Dataset entries
▼

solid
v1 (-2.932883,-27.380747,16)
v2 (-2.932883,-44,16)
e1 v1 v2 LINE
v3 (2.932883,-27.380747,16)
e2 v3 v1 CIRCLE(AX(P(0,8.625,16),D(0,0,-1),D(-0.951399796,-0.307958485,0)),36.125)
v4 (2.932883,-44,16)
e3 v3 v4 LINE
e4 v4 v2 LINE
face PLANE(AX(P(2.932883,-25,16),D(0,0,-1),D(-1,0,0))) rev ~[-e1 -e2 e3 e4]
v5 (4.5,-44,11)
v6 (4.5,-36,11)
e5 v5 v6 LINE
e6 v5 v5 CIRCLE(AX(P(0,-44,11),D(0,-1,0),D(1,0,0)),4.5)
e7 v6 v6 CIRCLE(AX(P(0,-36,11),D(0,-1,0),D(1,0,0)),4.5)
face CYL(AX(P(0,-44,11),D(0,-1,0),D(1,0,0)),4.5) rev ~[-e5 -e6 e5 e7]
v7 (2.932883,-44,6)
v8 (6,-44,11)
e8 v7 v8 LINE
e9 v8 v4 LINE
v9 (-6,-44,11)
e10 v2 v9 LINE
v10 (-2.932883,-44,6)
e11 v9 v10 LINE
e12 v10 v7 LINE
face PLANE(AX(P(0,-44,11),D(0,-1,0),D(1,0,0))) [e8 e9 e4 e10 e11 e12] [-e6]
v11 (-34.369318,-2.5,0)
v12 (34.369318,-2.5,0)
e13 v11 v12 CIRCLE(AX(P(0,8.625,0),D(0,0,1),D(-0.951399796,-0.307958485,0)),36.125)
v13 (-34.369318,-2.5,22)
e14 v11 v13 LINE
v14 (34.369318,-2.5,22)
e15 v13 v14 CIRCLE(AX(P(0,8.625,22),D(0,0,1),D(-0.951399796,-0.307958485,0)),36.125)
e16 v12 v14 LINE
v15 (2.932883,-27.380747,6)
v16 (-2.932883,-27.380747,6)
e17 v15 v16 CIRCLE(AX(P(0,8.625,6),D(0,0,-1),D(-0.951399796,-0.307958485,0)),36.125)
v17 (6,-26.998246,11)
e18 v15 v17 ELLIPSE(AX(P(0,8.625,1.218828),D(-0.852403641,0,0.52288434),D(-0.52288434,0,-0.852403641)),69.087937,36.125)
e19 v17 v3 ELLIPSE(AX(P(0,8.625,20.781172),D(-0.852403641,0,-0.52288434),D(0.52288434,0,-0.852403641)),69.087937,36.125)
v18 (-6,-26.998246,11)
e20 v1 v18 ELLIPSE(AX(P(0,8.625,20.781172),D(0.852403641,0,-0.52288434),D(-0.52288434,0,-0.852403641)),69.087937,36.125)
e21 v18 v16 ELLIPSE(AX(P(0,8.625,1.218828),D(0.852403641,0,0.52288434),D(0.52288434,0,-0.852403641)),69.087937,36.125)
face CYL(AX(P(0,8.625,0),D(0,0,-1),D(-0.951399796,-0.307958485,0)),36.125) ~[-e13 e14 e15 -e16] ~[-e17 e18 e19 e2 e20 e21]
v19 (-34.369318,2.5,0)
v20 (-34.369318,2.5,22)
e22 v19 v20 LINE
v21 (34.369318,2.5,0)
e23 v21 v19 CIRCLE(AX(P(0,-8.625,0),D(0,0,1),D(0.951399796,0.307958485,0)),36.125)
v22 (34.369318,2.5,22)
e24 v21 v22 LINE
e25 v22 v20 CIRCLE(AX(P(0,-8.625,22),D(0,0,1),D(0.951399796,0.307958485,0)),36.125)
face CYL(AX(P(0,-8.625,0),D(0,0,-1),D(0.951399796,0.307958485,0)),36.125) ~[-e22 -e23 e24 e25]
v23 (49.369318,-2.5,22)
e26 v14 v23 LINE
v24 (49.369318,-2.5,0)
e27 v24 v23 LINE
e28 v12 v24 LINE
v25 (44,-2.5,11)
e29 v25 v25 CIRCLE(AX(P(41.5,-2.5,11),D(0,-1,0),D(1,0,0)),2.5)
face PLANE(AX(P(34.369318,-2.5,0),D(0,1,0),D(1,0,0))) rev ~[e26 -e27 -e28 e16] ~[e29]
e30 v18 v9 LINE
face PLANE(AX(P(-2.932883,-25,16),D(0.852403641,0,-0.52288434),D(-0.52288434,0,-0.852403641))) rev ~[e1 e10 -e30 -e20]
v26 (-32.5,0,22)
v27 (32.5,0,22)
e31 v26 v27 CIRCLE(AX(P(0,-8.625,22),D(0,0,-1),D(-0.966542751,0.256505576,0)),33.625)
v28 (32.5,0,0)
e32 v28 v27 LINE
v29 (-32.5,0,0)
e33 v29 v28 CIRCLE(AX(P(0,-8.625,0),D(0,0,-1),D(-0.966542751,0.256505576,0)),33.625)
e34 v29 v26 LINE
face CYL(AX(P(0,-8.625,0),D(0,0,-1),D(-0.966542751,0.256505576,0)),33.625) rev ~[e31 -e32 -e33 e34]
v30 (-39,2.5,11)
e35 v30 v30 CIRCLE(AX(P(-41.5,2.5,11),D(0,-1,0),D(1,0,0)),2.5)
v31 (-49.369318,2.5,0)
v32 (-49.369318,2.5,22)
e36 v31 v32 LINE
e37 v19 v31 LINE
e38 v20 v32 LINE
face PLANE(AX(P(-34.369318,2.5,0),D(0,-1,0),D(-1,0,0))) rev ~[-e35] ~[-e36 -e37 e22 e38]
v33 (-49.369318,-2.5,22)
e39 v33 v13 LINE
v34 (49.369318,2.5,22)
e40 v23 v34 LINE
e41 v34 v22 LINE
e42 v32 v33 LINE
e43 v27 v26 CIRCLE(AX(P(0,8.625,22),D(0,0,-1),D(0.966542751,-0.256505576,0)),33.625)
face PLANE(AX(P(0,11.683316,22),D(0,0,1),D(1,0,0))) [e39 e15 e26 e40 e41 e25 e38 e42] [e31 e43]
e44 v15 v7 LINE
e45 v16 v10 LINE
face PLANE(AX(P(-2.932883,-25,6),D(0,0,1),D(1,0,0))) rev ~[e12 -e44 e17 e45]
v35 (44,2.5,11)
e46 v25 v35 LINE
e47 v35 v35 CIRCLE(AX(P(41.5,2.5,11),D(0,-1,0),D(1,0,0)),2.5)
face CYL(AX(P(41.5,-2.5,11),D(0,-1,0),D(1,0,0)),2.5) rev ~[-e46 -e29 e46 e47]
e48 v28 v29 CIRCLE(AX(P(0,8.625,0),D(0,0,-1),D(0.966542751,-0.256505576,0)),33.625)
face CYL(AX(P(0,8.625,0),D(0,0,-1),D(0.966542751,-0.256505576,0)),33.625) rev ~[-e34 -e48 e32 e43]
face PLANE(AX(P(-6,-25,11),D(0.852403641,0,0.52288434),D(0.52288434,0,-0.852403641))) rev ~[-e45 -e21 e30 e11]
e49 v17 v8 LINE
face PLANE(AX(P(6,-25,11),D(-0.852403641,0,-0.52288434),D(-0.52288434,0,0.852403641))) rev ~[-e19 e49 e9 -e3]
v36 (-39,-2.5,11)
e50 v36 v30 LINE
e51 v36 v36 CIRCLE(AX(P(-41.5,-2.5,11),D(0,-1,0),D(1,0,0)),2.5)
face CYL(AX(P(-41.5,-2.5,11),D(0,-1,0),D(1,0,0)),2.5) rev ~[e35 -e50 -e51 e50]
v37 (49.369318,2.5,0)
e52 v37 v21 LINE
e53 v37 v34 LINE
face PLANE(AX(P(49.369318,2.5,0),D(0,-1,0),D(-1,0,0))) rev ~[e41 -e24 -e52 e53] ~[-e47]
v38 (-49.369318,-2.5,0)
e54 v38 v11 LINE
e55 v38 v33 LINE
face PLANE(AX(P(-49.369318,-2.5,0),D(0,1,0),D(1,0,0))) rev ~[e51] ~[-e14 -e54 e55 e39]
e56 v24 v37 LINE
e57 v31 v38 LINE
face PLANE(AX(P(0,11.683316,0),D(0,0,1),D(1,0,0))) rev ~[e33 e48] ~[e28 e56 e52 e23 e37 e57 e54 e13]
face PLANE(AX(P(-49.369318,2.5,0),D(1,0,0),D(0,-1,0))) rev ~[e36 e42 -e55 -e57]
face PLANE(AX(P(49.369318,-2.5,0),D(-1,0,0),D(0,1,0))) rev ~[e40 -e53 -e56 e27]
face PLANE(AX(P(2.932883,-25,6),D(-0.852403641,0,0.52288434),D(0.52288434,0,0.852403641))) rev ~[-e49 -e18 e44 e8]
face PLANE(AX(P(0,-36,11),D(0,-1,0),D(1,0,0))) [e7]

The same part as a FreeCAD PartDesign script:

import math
import FreeCAD as App
import Part
import Sketcher
from FreeCAD import Vector
Q = App.Units.Quantity

doc = App.newDocument("Part")
params = doc.addObject("Spreadsheet::Sheet", "Params")
for row, (alias, value) in enumerate([
    ("sketch1_width", "15 mm"),
    ("sketch1_height", "5 mm"),
    ("pad1_length", "22 mm"),
    ("pad2_length", "19 mm"),
    ("sketch3_diameter", "5 mm"),
    ("sketch4_diameter", "9 mm"),
    ("pocket2_length", "8 mm"),
], start=1):
    params.set(f"A{row}", alias)
    params.set(f"B{row}", "=" + value)
    params.setAlias(f"B{row}", alias)

body = doc.addObject("PartDesign::Body", "Body")

# Sketch on XY plane
sketch1 = body.newObject("Sketcher::SketchObject", "Sketch")
sketch1.AttachmentSupport = (doc.getObject("XY_Plane"), [""])
sketch1.MapMode = "FlatFace"
sketch1.addGeometry([
    Part.LineSegment(Vector(49, 2, 0), Vector(34, 2, 0)),  # 0
    Part.ArcOfCircle(Part.Circle(Vector(0, -9, 0), Vector(0, 0, 1), 36), math.radians(18), math.radians(162)),  # 1
    Part.LineSegment(Vector(-34, 2, 0), Vector(-49, 2, 0)),  # 2
    Part.LineSegment(Vector(-49, 2, 0), Vector(-49, -2, 0)),  # 3
    Part.LineSegment(Vector(-49, -2, 0), Vector(-34, -2, 0)),  # 4
    Part.ArcOfCircle(Part.Circle(Vector(0, 9, 0), Vector(0, 0, 1), 36), math.radians(-162), math.radians(-18)),  # 5
    Part.LineSegment(Vector(34, -2, 0), Vector(49, -2, 0)),  # 6
    Part.LineSegment(Vector(49, -2, 0), Vector(49, 2, 0)),  # 7
    Part.ArcOfCircle(Part.Circle(Vector(0, -9, 0), Vector(0, 0, 1), 34), math.radians(15), math.radians(165)),  # 8
    Part.ArcOfCircle(Part.Circle(Vector(0, 9, 0), Vector(0, 0, 1), 34), math.radians(-165), math.radians(-15)),  # 9
], False)
sketch1.addConstraint([
    Sketcher.Constraint("Coincident", 0, 2, 1, 1),
    Sketcher.Constraint("Coincident", 1, 2, 2, 1),
    Sketcher.Constraint("Coincident", 2, 2, 3, 1),
    Sketcher.Constraint("Coincident", 3, 2, 4, 1),
    Sketcher.Constraint("Coincident", 4, 2, 5, 1),
    Sketcher.Constraint("Coincident", 5, 2, 6, 1),
    Sketcher.Constraint("Coincident", 6, 2, 7, 1),
    Sketcher.Constraint("Coincident", 7, 2, 0, 1),
    Sketcher.Constraint("Coincident", 8, 1, 9, 2),
    Sketcher.Constraint("Coincident", 9, 1, 8, 2),
    Sketcher.Constraint("Horizontal", 0),
    Sketcher.Constraint("Horizontal", 2),
    Sketcher.Constraint("Vertical", 3),
    Sketcher.Constraint("Horizontal", 4),
    Sketcher.Constraint("Horizontal", 6),
    Sketcher.Constraint("Vertical", 7),
    Sketcher.Constraint("Coincident", 8, 3, 1, 3),
    Sketcher.Constraint("Coincident", 9, 3, 5, 3),
    Sketcher.Constraint("Equal", 1, 5),
    Sketcher.Constraint("Equal", 8, 9),
    Sketcher.Constraint("Symmetric", 1, 3, 5, 3, -1, 1),
    Sketcher.Constraint("Symmetric", 2, 2, 6, 2, -1, 1),
    Sketcher.Constraint("Symmetric", 0, 2, 1, 2, -2),
    Sketcher.Constraint("Horizontal", 4, 2, 5, 2),
    Sketcher.Constraint("DistanceX", 0, 2, 0, 1, Q("15 mm")),
    Sketcher.Constraint("DistanceY", 3, 2, 3, 1, Q("5 mm")),
    Sketcher.Constraint("Radius", 1, Q("36.125 mm")),
    Sketcher.Constraint("Radius", 8, Q("33.625 mm")),
    Sketcher.Constraint("DistanceX", -1, 1, 8, 1, Q("32.5 mm")),
])
sketch1.setExpression("Constraints[24]", "Params.sketch1_width")
sketch1.setExpression("Constraints[25]", "Params.sketch1_height")
pad1 = body.newObject("PartDesign::Pad", "Pad")
pad1.Profile = sketch1
pad1.setExpression("Length", "Params.pad1_length")

# Sketch on XZ plane
sketch2 = body.newObject("Sketcher::SketchObject", "Sketch001")
sketch2.AttachmentSupport = (doc.getObject("XZ_Plane"), [""])
sketch2.MapMode = "FlatFace"
sketch2.AttachmentOffset = App.Placement(Vector(0, 0, 25), App.Rotation())
sketch2.addGeometry([
    Part.LineSegment(Vector(6, 11, 0), Vector(3, 16, 0)),  # 0
    Part.LineSegment(Vector(3, 16, 0), Vector(-3, 16, 0)),  # 1
    Part.LineSegment(Vector(-3, 16, 0), Vector(-6, 11, 0)),  # 2
    Part.LineSegment(Vector(-6, 11, 0), Vector(-3, 6, 0)),  # 3
    Part.LineSegment(Vector(-3, 6, 0), Vector(3, 6, 0)),  # 4
    Part.LineSegment(Vector(3, 6, 0), Vector(6, 11, 0)),  # 5
], False)
sketch2.addConstraint([
    Sketcher.Constraint("Coincident", 0, 2, 1, 1),
    Sketcher.Constraint("Coincident", 1, 2, 2, 1),
    Sketcher.Constraint("Coincident", 2, 2, 3, 1),
    Sketcher.Constraint("Coincident", 3, 2, 4, 1),
    Sketcher.Constraint("Coincident", 4, 2, 5, 1),
    Sketcher.Constraint("Coincident", 5, 2, 0, 1),
    Sketcher.Constraint("Horizontal", 1),
    Sketcher.Constraint("Horizontal", 4),
    Sketcher.Constraint("Symmetric", 2, 2, 5, 2, -2),
    Sketcher.Constraint("Parallel", 0, 3),
    Sketcher.Constraint("Parallel", 2, 5),
    Sketcher.Constraint("Vertical", 1, 2, 3, 2),
    Sketcher.Constraint("Vertical", 0, 2, 4, 2),
    Sketcher.Constraint("DistanceY", -1, 1, 0, 2, Q("16 mm")),
    Sketcher.Constraint("DistanceX", 2, 2, -1, 1, Q("6 mm")),
    Sketcher.Constraint("DistanceY", -1, 1, 2, 2, Q("11 mm")),
    Sketcher.Constraint("DistanceX", 1, 2, 1, 1, Q("5.865766 mm")),
])
pad2 = body.newObject("PartDesign::Pad", "Pad001")
pad2.Profile = sketch2
pad2.setExpression("Length", "Params.pad2_length")

# Sketch on XZ plane
sketch3 = body.newObject("Sketcher::SketchObject", "Sketch002")
sketch3.AttachmentSupport = (doc.getObject("XZ_Plane"), [""])
sketch3.MapMode = "FlatFace"
sketch3.AttachmentOffset = App.Placement(Vector(0, 0, 2.5), App.Rotation())
sketch3.addGeometry([
    Part.Circle(Vector(41.5, 11, 0), Vector(0, 0, 1), 2.5),
    Part.Circle(Vector(-41.5, 11, 0), Vector(0, 0, 1), 2.5),
], False)
sketch3.addConstraint([
    Sketcher.Constraint("Equal", 0, 1),
    Sketcher.Constraint("Symmetric", 0, 3, 1, 3, -2),
    Sketcher.Constraint("Diameter", 0, Q("5 mm")),
    Sketcher.Constraint("DistanceY", -1, 1, 0, 3, Q("11 mm")),
    Sketcher.Constraint("DistanceX", 1, 3, 0, 3, Q("83 mm")),
])
sketch3.setExpression("Constraints[2]", "Params.sketch3_diameter")
pocket1 = body.newObject("PartDesign::Pocket", "Pocket")
pocket1.Profile = sketch3
pocket1.Type = "ThroughAll"

# Sketch on XZ plane
sketch4 = body.newObject("Sketcher::SketchObject", "Sketch003")
sketch4.AttachmentSupport = (doc.getObject("XZ_Plane"), [""])
sketch4.MapMode = "FlatFace"
sketch4.AttachmentOffset = App.Placement(Vector(0, 0, 44), App.Rotation())
sketch4.addGeometry(Part.Circle(Vector(0, 11, 0), Vector(0, 0, 1), 4.5), False)
sketch4.addConstraint([
    Sketcher.Constraint("PointOnObject", 0, 3, -2),
    Sketcher.Constraint("Diameter", 0, Q("9 mm")),
    Sketcher.Constraint("DistanceY", -1, 1, 0, 3, Q("11 mm")),
])
sketch4.setExpression("Constraints[1]", "Params.sketch4_diameter")
pocket2 = body.newObject("PartDesign::Pocket", "Pocket001")
pocket2.Profile = sketch4
pocket2.setExpression("Length", "Params.pocket2_length")

doc.recompute()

▲

PROBLEM REQUIREMENTS: The lines above from the one containing "face PLANE(AX(P(0,-44,11),D(0,-1,0),D(1,0,0))) [e8" through the one containing "v16 (-2.932883,-27.380747,6)" are to be set down exactly, and no others.

RESULT FOR THIS TASK:
face PLANE(AX(P(0,-44,11),D(0,-1,0),D(1,0,0))) [e8 e9 e4 e10 e11 e12] [-e6]
v11 (-34.369318,-2.5,0)
v12 (34.369318,-2.5,0)
e13 v11 v12 CIRCLE(AX(P(0,8.625,0),D(0,0,1),D(-0.951399796,-0.307958485,0)),36.125)
v13 (-34.369318,-2.5,22)
e14 v11 v13 LINE
v14 (34.369318,-2.5,22)
e15 v13 v14 CIRCLE(AX(P(0,8.625,22),D(0,0,1),D(-0.951399796,-0.307958485,0)),36.125)
e16 v12 v14 LINE
v15 (2.932883,-27.380747,6)
v16 (-2.932883,-27.380747,6)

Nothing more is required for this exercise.